Apply this in addition to the standard install above — it only affects driver loading, nothing else.
-
Create a ConfigMap in the
gpu-operatornamespace that disables NVLink:kubectl create namespace gpu-operator --dry-run=client -o yaml | kubectl apply -f -
kubectl -n gpu-operator create configmap nvidia-kernel-config \
--from-literal=nvidia.conf='options nvidia NVreg_NvLinkDisable=1' \
--dry-run=client -o yaml | kubectl apply -f - -
Install (or re-install) the Operator, adding
driver.kernelModuleConfig.name=nvidia-kernel-configto the command from the previous section:helm upgrade --install gpu-operator \
-n gpu-operator --create-namespace \
nvidia/gpu-operator \
--set driver.enabled=true \
--set driver.kernelModuleConfig.name=nvidia-kernel-config \
--set toolkit.enabled=false \
--set devicePlugin.enabled=true \
--set gfd.enabled=true \
--set operator.defaultRuntime=containerd \
--set validator.cuda.runtimeClassName=nvidia
Only apply this workaround on single-H100 nodes. On multi-H100 nodes the GPUs use NVLink to talk to each other — disabling it will reduce peer-to-peer bandwidth between GPUs.
Verify the installation
Check that the Operator pods are running:
kubectl -n gpu-operator get pods

Then confirm the GPU node has been labelled with its GPU model and nvidia.com/gpu.present=true:
kubectl describe node <your-gpu-node>

Your cluster can now schedule pods that request nvidia.com/gpu resources.
Troubleshooting
A Helm install timed out. Re-run the same helm upgrade --install … command — it is idempotent. If you prefer a one-liner that re-runs whichever release is already installed:
export HELM_RELEASE_NAME=$(helm list -n gpu-operator -q)

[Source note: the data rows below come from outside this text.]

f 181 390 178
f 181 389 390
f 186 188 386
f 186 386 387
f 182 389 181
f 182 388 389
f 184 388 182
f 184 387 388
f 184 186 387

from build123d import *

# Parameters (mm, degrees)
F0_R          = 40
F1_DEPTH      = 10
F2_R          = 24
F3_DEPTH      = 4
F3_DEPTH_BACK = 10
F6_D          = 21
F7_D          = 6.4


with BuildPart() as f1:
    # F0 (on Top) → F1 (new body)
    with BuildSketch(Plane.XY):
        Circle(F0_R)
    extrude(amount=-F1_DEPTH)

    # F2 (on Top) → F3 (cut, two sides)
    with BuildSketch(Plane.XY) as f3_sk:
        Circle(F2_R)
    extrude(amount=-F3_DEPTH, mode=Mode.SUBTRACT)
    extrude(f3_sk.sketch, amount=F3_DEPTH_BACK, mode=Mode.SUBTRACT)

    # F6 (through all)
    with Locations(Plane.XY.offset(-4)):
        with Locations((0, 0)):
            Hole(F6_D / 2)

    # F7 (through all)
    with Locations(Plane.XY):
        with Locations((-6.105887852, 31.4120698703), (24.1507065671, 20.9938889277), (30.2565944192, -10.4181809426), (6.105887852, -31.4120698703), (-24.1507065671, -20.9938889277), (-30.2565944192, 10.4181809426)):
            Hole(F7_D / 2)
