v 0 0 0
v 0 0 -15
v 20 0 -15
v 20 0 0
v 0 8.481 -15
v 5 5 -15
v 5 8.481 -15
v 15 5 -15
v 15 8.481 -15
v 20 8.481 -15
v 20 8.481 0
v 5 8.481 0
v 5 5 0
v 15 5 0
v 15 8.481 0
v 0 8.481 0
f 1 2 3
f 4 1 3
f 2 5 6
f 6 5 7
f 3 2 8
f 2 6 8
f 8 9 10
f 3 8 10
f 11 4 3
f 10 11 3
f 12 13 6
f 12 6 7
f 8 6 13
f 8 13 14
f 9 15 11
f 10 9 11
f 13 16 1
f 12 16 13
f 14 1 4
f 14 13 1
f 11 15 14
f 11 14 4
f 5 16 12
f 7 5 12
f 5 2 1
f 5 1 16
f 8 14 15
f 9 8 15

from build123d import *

# Parameters (mm, degrees)
SKETCH1_W           = 20
SKETCH1_H           = 15
BOSS_EXTRUDE1_DEPTH = 5
SKETCH3_W           = 5
SKETCH3_H           = 3.480811901
BOSS_EXTRUDE2_DEPTH = 15


with BuildPart() as part:
    # Sketch1 → Boss-Extrude1 (new body)
    with BuildSketch(Plane(origin=(0, 0, 0), x_dir=(1, 0, 0), z_dir=(0, 1, 0))):
        with Locations((10, 7.5)):
            Rectangle(SKETCH1_W, SKETCH1_H)
    extrude(amount=BOSS_EXTRUDE1_DEPTH)

    # Sketch3 → Boss-Extrude2 (add)
    with BuildSketch(Plane.XY):
        with Locations((2.5, 6.740405951)):
            Rectangle(SKETCH3_W, SKETCH3_H)
        with Locations((17.5, 6.740405951)):
            Rectangle(SKETCH3_W, SKETCH3_H)
    extrude(amount=-BOSS_EXTRUDE2_DEPTH)


solid = part.part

helm upgrade $HELM_RELEASE_NAME nvidia/gpu-operator -n gpu-operator
Driver pod on an H100 node is stuck in CrashLoopBackOff or Init:Error. This is the NVLink issue described above. Follow Single-GPU H100 nodes: NVLink workaround, then run kubectl -n gpu-operator rollout restart daemonset/nvidia-driver-daemonset to pick up the new config.
Pods that request nvidia.com/gpu stay Pending. Confirm the node has the label nvidia.com/gpu.present=true and that GPU Feature Discovery is running (kubectl -n gpu-operator get pods -l app=gpu-feature-discovery). If the labels are missing, the Operator hasn't finished provisioning the node yet — give it another minute or inspect the driver pod logs.